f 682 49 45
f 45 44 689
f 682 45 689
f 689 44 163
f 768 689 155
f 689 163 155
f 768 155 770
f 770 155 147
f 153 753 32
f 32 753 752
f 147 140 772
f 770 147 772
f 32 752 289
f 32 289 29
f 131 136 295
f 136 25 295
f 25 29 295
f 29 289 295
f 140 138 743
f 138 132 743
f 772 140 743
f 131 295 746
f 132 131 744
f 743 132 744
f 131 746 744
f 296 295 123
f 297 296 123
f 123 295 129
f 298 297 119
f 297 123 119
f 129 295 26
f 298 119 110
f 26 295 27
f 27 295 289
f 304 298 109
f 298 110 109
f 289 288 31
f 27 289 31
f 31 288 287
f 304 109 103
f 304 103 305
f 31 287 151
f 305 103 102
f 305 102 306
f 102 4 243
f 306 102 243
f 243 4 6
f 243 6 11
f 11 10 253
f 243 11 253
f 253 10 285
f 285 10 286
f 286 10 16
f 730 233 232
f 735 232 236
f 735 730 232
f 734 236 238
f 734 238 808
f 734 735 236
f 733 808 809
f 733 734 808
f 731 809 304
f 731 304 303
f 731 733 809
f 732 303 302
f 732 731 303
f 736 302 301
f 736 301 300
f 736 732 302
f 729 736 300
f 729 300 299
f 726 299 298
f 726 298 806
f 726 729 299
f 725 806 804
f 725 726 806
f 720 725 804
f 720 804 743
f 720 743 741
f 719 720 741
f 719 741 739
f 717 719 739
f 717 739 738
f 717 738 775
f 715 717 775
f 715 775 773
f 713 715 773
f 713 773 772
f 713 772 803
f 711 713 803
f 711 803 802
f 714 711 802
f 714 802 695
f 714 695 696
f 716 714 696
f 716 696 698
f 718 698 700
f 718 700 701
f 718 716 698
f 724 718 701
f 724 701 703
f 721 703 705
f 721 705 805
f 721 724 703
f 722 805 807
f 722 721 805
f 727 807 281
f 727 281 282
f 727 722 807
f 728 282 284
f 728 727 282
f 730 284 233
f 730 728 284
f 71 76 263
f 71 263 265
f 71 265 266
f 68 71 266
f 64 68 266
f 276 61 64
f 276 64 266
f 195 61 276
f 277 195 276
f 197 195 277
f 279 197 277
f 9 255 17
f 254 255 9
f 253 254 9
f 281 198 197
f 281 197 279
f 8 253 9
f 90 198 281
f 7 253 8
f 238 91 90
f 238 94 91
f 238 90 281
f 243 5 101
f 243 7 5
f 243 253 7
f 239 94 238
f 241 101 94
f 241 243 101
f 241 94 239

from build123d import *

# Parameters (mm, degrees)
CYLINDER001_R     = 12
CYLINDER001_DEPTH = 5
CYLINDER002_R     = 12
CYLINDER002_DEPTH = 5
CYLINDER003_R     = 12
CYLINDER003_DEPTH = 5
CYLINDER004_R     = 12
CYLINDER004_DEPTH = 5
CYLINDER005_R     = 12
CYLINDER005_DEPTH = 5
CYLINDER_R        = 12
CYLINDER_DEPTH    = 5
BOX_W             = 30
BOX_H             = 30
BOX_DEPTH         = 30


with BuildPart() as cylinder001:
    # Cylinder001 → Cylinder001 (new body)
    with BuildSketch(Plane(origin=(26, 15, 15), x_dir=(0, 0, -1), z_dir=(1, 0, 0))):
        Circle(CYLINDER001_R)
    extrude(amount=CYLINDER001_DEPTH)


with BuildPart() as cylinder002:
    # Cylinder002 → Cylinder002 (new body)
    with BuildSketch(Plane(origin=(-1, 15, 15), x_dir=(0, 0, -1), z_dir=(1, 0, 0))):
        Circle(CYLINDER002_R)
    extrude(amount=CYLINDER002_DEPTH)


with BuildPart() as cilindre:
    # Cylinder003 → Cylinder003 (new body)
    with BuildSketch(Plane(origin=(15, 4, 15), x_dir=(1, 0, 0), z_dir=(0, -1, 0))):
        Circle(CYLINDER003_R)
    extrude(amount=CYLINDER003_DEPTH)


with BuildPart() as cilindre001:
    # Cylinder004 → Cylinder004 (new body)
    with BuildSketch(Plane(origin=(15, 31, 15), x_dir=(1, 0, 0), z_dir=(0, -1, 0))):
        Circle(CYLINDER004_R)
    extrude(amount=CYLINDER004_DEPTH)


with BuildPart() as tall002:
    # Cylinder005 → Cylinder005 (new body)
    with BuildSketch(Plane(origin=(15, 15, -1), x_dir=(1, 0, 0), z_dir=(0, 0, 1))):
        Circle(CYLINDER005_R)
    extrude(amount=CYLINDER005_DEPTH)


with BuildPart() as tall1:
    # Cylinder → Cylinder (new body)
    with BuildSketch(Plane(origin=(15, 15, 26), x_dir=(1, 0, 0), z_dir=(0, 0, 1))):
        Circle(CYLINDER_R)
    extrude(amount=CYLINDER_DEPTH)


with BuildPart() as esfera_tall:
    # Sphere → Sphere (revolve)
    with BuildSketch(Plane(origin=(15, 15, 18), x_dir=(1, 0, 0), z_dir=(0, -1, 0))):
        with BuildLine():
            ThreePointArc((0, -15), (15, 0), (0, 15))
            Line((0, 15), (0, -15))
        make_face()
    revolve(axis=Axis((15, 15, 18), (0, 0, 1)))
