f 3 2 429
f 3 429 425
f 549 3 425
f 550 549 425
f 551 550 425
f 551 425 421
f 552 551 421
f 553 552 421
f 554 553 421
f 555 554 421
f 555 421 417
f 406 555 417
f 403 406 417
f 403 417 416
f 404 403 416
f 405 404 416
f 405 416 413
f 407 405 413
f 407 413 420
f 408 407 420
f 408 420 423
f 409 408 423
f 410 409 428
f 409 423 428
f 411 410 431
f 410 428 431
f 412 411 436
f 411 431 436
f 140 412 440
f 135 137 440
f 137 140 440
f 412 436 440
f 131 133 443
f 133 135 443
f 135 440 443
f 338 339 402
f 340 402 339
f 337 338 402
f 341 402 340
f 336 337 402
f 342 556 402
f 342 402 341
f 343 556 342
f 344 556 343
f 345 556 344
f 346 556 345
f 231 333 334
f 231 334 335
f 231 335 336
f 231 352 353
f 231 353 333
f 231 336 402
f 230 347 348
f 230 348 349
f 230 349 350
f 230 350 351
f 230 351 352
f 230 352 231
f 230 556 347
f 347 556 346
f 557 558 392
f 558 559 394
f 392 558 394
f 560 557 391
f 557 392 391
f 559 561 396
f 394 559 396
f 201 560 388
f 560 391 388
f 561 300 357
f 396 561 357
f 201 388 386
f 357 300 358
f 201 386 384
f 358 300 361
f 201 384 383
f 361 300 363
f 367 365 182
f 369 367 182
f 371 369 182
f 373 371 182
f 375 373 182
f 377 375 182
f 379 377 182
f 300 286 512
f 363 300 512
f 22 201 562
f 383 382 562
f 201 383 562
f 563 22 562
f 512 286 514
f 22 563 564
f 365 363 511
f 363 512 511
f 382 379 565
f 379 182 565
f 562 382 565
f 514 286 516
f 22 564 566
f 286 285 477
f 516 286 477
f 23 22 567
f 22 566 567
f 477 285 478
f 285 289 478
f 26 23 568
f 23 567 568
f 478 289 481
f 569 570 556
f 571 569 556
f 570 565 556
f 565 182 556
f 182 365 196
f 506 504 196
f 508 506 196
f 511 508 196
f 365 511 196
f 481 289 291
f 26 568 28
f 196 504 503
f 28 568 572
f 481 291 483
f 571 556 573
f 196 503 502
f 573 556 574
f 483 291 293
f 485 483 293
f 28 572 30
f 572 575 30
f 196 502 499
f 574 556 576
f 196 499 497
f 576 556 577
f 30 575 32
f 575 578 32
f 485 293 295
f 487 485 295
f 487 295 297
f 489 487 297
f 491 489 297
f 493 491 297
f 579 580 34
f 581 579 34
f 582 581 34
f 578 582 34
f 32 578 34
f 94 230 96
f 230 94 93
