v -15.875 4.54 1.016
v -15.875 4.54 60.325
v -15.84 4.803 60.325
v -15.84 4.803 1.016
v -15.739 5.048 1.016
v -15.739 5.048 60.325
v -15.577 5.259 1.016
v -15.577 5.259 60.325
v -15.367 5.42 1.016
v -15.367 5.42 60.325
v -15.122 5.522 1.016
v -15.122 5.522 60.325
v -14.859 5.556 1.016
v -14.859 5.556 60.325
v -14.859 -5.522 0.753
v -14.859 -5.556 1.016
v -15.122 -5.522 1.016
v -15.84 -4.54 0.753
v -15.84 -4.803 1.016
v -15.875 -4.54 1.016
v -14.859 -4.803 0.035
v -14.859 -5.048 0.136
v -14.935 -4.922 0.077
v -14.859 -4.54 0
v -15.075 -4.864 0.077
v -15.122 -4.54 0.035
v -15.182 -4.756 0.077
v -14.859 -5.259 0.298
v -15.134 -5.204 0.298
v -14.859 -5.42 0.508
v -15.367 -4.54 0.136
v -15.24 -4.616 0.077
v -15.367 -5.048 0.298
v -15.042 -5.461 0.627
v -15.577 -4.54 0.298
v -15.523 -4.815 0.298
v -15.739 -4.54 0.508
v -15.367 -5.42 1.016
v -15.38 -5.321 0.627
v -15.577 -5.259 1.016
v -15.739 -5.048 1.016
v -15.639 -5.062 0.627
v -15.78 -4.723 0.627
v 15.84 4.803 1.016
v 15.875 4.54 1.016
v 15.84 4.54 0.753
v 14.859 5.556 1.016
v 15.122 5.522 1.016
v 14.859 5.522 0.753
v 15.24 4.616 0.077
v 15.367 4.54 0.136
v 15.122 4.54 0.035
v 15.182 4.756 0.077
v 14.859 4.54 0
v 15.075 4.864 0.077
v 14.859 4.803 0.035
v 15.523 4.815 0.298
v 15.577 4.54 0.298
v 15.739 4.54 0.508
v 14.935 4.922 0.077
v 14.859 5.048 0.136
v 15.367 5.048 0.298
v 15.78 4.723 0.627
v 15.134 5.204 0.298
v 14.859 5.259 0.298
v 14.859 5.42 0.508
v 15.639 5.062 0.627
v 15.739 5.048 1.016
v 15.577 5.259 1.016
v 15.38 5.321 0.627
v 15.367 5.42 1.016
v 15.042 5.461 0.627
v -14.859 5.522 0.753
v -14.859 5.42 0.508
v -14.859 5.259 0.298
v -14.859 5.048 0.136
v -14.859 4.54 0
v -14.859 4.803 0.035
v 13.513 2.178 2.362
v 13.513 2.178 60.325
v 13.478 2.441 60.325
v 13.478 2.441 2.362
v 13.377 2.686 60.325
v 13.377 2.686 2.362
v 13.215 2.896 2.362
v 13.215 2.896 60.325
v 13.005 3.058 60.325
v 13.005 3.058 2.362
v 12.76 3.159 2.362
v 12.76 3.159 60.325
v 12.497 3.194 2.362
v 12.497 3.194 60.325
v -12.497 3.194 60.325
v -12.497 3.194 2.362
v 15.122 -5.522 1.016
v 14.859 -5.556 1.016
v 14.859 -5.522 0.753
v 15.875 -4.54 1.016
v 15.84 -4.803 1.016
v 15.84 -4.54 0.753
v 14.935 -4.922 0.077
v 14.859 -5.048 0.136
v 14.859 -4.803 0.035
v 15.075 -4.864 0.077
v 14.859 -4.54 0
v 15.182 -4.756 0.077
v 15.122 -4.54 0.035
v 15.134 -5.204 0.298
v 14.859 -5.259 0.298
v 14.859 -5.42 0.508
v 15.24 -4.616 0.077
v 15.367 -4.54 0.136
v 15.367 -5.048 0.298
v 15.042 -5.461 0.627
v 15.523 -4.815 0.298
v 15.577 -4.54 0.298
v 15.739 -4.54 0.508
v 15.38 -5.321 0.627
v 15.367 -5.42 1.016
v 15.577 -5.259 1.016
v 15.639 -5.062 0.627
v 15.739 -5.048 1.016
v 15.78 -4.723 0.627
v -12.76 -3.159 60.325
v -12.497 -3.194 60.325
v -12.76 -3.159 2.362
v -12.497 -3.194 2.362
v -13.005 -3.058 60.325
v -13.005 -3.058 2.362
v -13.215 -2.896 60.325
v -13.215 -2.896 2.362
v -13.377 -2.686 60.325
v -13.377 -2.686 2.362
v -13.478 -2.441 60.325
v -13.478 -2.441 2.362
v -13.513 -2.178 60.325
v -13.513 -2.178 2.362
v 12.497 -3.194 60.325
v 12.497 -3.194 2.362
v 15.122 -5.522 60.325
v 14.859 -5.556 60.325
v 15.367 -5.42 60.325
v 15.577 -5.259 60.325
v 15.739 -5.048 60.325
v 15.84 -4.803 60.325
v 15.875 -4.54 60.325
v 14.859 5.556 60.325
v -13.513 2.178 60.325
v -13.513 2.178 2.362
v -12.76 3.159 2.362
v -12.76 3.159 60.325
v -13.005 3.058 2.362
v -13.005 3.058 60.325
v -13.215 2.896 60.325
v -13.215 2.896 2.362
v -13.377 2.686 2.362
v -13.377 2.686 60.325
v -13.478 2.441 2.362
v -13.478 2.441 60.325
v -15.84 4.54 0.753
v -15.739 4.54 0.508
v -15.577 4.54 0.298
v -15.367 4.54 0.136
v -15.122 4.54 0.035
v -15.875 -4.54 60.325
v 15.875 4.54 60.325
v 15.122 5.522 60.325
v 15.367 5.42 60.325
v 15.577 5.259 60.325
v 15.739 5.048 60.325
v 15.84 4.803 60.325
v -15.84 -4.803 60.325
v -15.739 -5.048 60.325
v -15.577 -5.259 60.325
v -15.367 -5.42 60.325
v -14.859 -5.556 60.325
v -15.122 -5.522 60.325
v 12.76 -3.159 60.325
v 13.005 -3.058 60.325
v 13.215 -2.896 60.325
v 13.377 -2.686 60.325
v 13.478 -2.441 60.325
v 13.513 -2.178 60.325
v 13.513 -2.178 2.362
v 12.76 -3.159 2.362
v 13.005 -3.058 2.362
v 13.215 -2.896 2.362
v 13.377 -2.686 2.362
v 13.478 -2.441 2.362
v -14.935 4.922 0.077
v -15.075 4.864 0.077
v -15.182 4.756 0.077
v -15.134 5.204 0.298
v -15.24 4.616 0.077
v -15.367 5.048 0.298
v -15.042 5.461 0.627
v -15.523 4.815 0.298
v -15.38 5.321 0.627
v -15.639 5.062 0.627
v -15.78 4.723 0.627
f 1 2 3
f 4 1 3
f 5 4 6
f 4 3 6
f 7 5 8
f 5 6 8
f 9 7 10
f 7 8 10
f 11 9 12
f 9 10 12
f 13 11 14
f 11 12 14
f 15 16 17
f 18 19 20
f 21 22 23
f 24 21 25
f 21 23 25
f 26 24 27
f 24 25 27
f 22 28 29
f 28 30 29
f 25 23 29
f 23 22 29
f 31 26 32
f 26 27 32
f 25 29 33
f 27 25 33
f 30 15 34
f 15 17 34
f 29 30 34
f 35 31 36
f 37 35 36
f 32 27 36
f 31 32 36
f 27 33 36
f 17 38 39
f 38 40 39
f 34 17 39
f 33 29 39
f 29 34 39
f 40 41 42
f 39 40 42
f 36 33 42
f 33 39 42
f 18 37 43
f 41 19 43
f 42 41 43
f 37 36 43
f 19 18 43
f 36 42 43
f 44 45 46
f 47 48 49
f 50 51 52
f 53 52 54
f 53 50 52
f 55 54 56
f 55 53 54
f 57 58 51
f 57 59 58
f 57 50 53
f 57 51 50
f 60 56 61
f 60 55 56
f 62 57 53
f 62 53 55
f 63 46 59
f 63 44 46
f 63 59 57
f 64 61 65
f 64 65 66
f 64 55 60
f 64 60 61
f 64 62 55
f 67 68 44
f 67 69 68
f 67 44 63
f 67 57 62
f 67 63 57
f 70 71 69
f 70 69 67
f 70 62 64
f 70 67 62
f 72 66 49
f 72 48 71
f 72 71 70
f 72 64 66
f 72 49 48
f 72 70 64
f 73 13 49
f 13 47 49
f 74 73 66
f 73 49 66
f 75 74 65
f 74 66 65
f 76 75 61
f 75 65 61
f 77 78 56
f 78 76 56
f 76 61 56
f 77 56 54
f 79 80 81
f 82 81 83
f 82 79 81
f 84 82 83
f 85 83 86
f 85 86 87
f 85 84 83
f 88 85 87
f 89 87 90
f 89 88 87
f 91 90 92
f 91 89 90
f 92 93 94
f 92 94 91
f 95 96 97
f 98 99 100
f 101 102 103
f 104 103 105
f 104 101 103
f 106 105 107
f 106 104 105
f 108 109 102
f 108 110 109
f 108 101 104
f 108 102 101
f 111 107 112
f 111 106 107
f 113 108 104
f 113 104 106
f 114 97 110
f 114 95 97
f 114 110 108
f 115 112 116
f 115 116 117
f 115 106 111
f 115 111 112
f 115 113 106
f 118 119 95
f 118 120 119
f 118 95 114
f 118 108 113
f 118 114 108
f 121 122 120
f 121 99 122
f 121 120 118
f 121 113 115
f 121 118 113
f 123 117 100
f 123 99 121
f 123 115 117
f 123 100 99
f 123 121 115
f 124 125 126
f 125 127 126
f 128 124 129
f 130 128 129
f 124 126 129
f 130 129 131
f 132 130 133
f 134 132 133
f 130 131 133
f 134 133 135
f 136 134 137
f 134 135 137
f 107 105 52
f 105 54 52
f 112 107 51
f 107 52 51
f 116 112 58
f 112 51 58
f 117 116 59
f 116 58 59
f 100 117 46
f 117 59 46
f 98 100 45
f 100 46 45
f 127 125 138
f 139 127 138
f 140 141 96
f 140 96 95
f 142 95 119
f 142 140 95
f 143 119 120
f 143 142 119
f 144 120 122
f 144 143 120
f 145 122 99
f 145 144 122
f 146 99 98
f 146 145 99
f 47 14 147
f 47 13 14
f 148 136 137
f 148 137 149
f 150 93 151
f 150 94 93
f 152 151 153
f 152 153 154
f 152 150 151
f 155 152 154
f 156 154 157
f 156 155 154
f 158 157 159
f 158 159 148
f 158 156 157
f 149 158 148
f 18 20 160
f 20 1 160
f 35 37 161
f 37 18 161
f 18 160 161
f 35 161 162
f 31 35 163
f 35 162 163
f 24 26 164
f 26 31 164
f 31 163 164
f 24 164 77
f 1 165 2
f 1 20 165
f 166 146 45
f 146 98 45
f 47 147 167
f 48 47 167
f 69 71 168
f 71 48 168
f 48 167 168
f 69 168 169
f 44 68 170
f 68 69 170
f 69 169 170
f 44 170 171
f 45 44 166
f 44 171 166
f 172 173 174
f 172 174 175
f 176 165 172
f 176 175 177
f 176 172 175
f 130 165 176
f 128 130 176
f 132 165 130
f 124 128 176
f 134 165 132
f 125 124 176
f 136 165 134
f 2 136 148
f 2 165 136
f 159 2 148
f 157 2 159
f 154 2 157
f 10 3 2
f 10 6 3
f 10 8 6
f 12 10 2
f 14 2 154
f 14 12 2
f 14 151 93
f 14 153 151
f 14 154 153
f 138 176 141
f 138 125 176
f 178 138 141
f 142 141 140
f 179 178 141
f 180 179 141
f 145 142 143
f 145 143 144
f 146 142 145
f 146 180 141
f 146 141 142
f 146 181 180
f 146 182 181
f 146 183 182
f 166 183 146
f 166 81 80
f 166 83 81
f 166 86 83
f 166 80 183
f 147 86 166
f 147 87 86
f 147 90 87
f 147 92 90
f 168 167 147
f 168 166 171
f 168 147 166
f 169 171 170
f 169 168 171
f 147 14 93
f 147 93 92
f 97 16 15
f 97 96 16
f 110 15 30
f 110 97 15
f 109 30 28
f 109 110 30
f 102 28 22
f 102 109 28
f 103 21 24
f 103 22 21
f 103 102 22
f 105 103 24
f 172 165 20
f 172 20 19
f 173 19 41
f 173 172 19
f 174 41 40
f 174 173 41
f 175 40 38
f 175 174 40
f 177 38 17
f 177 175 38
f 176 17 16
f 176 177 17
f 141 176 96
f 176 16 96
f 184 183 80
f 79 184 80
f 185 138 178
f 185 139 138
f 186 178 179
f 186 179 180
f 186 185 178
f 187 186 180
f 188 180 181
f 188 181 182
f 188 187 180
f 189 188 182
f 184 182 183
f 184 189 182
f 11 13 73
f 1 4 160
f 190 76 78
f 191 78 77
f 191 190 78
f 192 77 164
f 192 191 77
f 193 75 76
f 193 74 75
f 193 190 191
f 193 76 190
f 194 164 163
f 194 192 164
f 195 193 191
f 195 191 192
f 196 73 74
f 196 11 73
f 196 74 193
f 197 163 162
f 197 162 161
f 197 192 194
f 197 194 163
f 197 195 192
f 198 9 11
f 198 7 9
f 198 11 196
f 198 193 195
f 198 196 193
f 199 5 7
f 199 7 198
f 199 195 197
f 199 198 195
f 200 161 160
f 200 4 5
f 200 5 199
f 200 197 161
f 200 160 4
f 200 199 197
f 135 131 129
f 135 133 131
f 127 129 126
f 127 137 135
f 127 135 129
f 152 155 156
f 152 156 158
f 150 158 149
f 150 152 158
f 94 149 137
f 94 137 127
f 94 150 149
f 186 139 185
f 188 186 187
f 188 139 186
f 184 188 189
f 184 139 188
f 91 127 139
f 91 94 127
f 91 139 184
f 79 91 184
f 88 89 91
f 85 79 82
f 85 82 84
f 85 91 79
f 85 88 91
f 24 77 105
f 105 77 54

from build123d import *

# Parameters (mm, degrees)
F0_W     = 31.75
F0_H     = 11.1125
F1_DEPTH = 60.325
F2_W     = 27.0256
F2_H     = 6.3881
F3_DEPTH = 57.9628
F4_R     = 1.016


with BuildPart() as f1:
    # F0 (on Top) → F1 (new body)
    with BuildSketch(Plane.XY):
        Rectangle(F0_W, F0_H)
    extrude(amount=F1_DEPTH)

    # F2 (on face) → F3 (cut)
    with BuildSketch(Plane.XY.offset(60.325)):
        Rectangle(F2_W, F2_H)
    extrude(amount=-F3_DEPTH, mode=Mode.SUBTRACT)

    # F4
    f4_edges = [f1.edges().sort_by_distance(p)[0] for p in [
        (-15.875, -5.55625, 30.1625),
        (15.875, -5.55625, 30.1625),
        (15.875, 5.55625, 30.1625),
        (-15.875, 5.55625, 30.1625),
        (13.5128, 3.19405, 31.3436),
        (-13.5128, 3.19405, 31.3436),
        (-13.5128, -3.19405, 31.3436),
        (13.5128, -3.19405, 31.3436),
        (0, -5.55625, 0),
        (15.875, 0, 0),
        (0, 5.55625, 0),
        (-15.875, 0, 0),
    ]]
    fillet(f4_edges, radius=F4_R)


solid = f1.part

■ ■ ■ ■

--- What you should do ---
Take the line that contains "f 94 150 149" and each line after it down to the last of the records, and retype them exactly; add nothing else.

--- The completed task ---
f 94 150 149
f 186 139 185
f 188 186 187
f 188 139 186
f 184 188 189
f 184 139 188
f 91 127 139
f 91 94 127
f 91 139 184
f 79 91 184
f 88 89 91
f 85 79 82
f 85 82 84
f 85 91 79
f 85 88 91
f 24 77 105
f 105 77 54

from build123d import *

# Parameters (mm, degrees)
F0_W     = 31.75
F0_H     = 11.1125
F1_DEPTH = 60.325
F2_W     = 27.0256
F2_H     = 6.3881
F3_DEPTH = 57.9628
F4_R     = 1.016


with BuildPart() as f1:
    # F0 (on Top) → F1 (new body)
    with BuildSketch(Plane.XY):
        Rectangle(F0_W, F0_H)
    extrude(amount=F1_DEPTH)

    # F2 (on face) → F3 (cut)
    with BuildSketch(Plane.XY.offset(60.325)):
        Rectangle(F2_W, F2_H)
    extrude(amount=-F3_DEPTH, mode=Mode.SUBTRACT)

    # F4
    f4_edges = [f1.edges().sort_by_distance(p)[0] for p in [
        (-15.875, -5.55625, 30.1625),
        (15.875, -5.55625, 30.1625),
        (15.875, 5.55625, 30.1625),
        (-15.875, 5.55625, 30.1625),
        (13.5128, 3.19405, 31.3436),
        (-13.5128, 3.19405, 31.3436),
        (-13.5128, -3.19405, 31.3436),
        (13.5128, -3.19405, 31.3436),
        (0, -5.55625, 0),
        (15.875, 0, 0),
        (0, 5.55625, 0),
        (-15.875, 0, 0),
    ]]
    fillet(f4_edges, radius=F4_R)


solid = f1.part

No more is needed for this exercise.